Derivative of matrix-vector products w.r.t. the matrix

542 Views Asked by At

Given the function $$F(X,Y,Z) = \alpha^TXYZ$$ in which $X, Y, Z $ are matrices of size $n \times n$ and $\alpha$ is a vector of size $n \times 1$, how to compute the derivative of $F$ with respect to $Y$?

Actually I found some related questions but did not help.

Edit: if the function is of the form: $F(X,Y,Z) = \alpha^TXYZ\beta$, then based on the Matrix Cookbook, derivative is : $f' = (\alpha^T X)^T (Z\beta)^T$, but if there is no $\beta$, then the dimensions do not match.

Thank you,

2

There are 2 best solutions below

4
On BEST ANSWER

Let ${\mathcal E}$ be the 4th-order tensor with components $$\eqalign{ {\mathcal E}_{ijkl} &= \delta_{ik}\,\delta_{jl} \cr }$$ Using this tensor, we can calculate the differential and gradient of the function as $$\eqalign{ f &= a^TXYZ \cr \cr df &= a^T(X\,dY\,Z) \cr &= a^T(X\,{\mathcal E}\,Z^T):dY \cr \cr \frac{\partial f}{\partial Y}&= a^TX\,{\mathcal E}\,Z^T \cr }$$ As expected, the gradient of a vector wrt a matrix is a 3rd-order tensor.
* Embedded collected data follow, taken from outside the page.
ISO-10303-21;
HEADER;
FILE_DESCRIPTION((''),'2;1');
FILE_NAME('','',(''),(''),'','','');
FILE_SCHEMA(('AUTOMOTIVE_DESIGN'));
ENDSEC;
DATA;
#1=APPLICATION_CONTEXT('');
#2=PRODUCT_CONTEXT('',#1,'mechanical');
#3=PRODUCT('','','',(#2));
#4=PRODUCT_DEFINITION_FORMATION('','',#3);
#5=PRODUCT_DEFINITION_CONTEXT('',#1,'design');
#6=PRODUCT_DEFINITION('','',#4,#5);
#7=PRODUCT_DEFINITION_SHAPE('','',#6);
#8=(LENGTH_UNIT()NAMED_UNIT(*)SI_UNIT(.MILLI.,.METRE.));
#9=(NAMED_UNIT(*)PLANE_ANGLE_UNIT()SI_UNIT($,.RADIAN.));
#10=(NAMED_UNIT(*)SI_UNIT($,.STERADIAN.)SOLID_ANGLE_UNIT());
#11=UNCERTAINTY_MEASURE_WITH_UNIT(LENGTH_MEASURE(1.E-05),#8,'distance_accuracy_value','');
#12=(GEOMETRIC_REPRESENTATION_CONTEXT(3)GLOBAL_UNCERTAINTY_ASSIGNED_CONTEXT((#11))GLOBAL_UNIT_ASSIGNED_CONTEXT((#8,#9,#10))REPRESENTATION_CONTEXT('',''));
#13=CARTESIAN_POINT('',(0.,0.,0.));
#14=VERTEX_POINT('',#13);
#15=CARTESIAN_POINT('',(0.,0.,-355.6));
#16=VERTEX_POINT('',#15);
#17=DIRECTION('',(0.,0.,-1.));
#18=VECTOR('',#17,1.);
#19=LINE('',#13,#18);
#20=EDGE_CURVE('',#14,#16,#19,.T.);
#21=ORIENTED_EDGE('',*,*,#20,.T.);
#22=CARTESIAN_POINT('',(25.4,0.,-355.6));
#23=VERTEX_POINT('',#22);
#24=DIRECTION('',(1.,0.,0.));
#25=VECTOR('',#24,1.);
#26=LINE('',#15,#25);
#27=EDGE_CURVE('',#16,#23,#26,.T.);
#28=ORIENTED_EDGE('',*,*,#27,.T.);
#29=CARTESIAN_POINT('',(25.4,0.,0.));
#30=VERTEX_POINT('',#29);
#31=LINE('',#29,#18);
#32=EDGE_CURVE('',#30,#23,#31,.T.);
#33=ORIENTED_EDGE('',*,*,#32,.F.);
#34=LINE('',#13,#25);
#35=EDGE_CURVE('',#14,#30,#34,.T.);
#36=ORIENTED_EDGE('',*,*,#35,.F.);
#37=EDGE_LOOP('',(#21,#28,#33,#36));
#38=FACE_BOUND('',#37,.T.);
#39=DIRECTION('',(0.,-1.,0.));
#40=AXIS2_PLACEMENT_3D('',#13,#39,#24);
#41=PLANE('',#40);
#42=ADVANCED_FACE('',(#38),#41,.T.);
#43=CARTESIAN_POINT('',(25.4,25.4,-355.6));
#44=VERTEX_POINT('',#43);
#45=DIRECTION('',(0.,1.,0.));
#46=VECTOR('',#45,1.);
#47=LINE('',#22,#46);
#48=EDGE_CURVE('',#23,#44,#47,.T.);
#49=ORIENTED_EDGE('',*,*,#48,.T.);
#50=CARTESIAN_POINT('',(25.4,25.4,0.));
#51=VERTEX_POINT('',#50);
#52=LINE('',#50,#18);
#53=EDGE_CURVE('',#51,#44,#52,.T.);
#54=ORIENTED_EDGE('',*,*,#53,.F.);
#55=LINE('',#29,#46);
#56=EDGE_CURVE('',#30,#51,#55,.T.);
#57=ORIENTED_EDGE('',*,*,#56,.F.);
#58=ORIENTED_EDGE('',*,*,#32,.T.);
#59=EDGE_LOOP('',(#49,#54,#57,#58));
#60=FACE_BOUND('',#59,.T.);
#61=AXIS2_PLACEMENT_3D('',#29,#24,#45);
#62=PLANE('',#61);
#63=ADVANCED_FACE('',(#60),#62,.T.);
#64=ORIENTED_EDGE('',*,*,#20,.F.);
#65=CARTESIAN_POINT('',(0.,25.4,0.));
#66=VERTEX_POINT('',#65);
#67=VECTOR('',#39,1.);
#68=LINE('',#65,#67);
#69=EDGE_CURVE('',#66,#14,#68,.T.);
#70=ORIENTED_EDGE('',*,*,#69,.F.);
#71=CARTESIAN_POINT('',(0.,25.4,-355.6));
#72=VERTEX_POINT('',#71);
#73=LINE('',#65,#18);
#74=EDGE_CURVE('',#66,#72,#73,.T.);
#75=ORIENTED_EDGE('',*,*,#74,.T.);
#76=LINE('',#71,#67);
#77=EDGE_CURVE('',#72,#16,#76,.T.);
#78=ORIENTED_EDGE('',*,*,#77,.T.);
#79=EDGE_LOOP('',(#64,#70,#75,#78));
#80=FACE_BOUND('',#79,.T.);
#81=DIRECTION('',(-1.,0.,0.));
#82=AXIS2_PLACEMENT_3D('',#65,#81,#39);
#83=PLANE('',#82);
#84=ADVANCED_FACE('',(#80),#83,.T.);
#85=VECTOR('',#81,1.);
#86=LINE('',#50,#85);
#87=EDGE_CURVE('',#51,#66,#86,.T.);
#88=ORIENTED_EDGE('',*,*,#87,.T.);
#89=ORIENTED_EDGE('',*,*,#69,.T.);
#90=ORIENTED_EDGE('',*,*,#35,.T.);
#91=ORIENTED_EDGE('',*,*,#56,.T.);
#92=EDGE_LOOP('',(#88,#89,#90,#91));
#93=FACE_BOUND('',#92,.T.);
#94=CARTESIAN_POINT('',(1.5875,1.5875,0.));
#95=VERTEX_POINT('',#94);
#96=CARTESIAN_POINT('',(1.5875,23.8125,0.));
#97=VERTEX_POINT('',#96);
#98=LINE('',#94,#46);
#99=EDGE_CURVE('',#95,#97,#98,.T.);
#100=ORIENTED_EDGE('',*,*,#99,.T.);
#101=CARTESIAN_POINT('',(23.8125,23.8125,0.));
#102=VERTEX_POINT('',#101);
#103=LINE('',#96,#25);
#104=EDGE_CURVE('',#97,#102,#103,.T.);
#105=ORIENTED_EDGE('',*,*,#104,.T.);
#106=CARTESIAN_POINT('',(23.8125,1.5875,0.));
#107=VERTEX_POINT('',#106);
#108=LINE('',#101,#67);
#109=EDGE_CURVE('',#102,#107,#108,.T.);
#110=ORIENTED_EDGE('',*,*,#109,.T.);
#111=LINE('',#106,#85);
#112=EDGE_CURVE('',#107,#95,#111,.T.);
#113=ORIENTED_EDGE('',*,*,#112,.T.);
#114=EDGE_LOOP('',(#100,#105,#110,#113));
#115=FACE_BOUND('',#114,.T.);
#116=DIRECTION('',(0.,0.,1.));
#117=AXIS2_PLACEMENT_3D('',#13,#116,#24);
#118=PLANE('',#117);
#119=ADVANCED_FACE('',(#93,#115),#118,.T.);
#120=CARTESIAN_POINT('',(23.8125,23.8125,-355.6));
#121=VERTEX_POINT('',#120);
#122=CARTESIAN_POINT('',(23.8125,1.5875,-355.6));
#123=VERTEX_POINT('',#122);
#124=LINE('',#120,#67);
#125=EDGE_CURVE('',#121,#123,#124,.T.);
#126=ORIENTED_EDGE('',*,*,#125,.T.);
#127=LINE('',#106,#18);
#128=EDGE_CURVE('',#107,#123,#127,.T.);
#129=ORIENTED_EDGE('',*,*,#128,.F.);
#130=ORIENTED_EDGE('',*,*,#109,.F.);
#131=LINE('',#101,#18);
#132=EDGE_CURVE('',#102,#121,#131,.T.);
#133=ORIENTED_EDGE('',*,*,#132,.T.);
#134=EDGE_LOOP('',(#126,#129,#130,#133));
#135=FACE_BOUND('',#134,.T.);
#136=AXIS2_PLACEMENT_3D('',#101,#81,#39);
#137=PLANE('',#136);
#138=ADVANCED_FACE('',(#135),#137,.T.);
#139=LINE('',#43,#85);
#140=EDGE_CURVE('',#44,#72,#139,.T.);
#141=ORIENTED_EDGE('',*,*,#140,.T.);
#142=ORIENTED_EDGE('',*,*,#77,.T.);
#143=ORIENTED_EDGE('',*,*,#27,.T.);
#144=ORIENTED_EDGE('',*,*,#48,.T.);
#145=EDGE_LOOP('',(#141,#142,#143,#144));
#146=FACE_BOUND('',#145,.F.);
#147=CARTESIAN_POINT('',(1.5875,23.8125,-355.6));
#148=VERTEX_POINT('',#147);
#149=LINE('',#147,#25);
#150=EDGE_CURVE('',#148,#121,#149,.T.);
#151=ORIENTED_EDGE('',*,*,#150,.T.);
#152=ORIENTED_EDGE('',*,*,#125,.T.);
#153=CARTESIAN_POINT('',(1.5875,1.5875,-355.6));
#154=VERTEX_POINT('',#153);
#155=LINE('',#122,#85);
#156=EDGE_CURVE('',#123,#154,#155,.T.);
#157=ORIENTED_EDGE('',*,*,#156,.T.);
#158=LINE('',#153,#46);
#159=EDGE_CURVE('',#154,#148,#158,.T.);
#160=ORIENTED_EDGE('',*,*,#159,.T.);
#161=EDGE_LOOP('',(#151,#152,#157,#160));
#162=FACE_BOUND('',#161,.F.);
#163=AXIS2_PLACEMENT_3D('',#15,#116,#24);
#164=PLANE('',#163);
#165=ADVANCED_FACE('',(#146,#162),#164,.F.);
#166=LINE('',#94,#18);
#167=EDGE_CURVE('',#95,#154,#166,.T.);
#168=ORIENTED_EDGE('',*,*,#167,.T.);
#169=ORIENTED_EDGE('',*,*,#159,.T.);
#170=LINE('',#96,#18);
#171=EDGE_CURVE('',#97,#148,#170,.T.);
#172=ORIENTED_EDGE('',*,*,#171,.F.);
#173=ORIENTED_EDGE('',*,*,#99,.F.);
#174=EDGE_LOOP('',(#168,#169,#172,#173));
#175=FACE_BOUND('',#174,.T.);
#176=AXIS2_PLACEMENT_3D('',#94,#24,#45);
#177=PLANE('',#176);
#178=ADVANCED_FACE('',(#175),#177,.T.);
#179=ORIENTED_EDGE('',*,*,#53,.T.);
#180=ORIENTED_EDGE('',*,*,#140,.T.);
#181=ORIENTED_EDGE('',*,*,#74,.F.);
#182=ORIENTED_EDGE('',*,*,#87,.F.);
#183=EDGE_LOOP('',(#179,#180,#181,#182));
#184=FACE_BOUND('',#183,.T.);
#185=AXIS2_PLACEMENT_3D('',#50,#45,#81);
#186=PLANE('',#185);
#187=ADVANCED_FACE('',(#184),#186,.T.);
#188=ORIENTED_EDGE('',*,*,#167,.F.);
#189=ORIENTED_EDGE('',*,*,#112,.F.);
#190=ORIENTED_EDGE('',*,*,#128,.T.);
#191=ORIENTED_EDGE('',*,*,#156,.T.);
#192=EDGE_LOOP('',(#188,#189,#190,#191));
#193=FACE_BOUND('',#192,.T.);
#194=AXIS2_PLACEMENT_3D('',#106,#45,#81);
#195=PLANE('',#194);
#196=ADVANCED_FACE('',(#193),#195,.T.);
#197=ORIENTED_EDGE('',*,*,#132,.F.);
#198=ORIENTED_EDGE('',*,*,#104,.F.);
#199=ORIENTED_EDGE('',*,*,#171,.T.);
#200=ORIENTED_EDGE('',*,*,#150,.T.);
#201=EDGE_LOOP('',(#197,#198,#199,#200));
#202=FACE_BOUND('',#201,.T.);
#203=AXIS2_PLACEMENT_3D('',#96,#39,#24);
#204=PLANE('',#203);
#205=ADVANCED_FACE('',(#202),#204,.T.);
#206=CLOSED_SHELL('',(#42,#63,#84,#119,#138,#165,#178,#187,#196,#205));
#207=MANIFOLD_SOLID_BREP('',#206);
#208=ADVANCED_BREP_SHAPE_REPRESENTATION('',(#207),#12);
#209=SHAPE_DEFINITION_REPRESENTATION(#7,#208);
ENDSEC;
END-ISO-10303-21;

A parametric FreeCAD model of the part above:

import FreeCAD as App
import Part
import Sketcher

V = App.Vector
Q = App.Units.Quantity

doc = App.newDocument("Part")
body = doc.addObject("PartDesign::Body", "Body")

# Sketch on XY plane
sketch1 = doc.addObject("Sketcher::SketchObject", "Sketch")
body.addObject(sketch1)
sketch1.AttachmentSupport = (doc.XY_Plane, [""])
sketch1.MapMode = "FlatFace"
sketch1.addGeometry([
    Part.LineSegment(V(0, 25, 0), V(0, 0, 0)),  # 0
    Part.LineSegment(V(0, 0, 0), V(25, 0, 0)),  # 1
    Part.LineSegment(V(25, 0, 0), V(25, 25, 0)),  # 2
    Part.LineSegment(V(25, 25, 0), V(0, 25, 0)),  # 3
    Part.LineSegment(V(2, 2, 0), V(2, 24, 0)),  # 4
    Part.LineSegment(V(2, 24, 0), V(24, 24, 0)),  # 5
    Part.LineSegment(V(24, 24, 0), V(24, 2, 0)),  # 6
    Part.LineSegment(V(24, 2, 0), V(2, 2, 0)),  # 7
], False)
sketch1.addConstraint([
    Sketcher.Constraint("Coincident", 0, 2, 1, 1),
    Sketcher.Constraint("Coincident", 1, 2, 2, 1),
    Sketcher.Constraint("Coincident", 2, 2, 3, 1),
    Sketcher.Constraint("Coincident", 3, 2, 0, 1),
    Sketcher.Constraint("Coincident", 4, 2, 5, 1),
    Sketcher.Constraint("Coincident", 5, 2, 6, 1),
    Sketcher.Constraint("Coincident", 6, 2, 7, 1),
    Sketcher.Constraint("Coincident", 7, 2, 4, 1),
    Sketcher.Constraint("Vertical", 0),
    Sketcher.Constraint("Horizontal", 1),
    Sketcher.Constraint("Vertical", 2),
    Sketcher.Constraint("Horizontal", 3),
    Sketcher.Constraint("Vertical", 4),
    Sketcher.Constraint("Horizontal", 5),
    Sketcher.Constraint("Vertical", 6),
    Sketcher.Constraint("Horizontal", 7),
    Sketcher.Constraint("Coincident", 0, 2, -1, 1),
    Sketcher.Constraint("Equal", 3, 0),
    Sketcher.Constraint("Equal", 7, 4),
    Sketcher.Constraint("DistanceX", 1, 1, 1, 2, Q("1 in")),
    Sketcher.Constraint("DistanceX", -1, 1, 4, 2, Q("0.0625 in")),
    Sketcher.Constraint("DistanceY", -1, 1, 6, 2, Q("0.0625 in")),
    Sketcher.Constraint("DistanceY", 4, 2, 3, 2, Q("0.0625 in")),
])
pad1 = doc.addObject("PartDesign::Pad", "Pad")
body.addObject(pad1)
pad1.Profile = sketch1
pad1.Length = Q("14 in")
pad1.Reversed = True

doc.recompute()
If you are unable to work with tensors, you can vectorize the differential to obtain $$\eqalign{ {\rm vec}(df) &= {\rm vec}(a^TX\,dY\,Z) \cr df &= (Z^T\otimes a^TX)\,{\rm vec}(dY) \cr &= (Z^T\otimes a^TX)\,dy \cr \cr \frac{\partial f}{\partial y}&= Z^T\otimes a^TX \cr }$$ which is an ordinary matrix quantity.

This is equivalent to the previous result, if you swap the order of the factors and replace the kronecker product symbol with the ${\mathcal E}$ tensor.

1
On

Let

$$\rm f (X, Y, Z) := a^{\top} X Y Z$$

Hence,

$$\frac{\mathrm f (\mathrm X, \mathrm Y + h \mathrm V, \mathrm Z) - \mathrm f (\mathrm X, \mathrm Y, \mathrm Z)}{h} = \rm a^{\top} X V Z$$

Vectorizing,

$$\rm \mbox{vec} (a^{\top} X V Z) = \left( \color{blue}{Z^{\top} \otimes a^{\top} X} \right) \mbox{vec} (V)$$

where $\rm Z^{\top} \otimes a^{\top} X$ is the Jacobian matrix.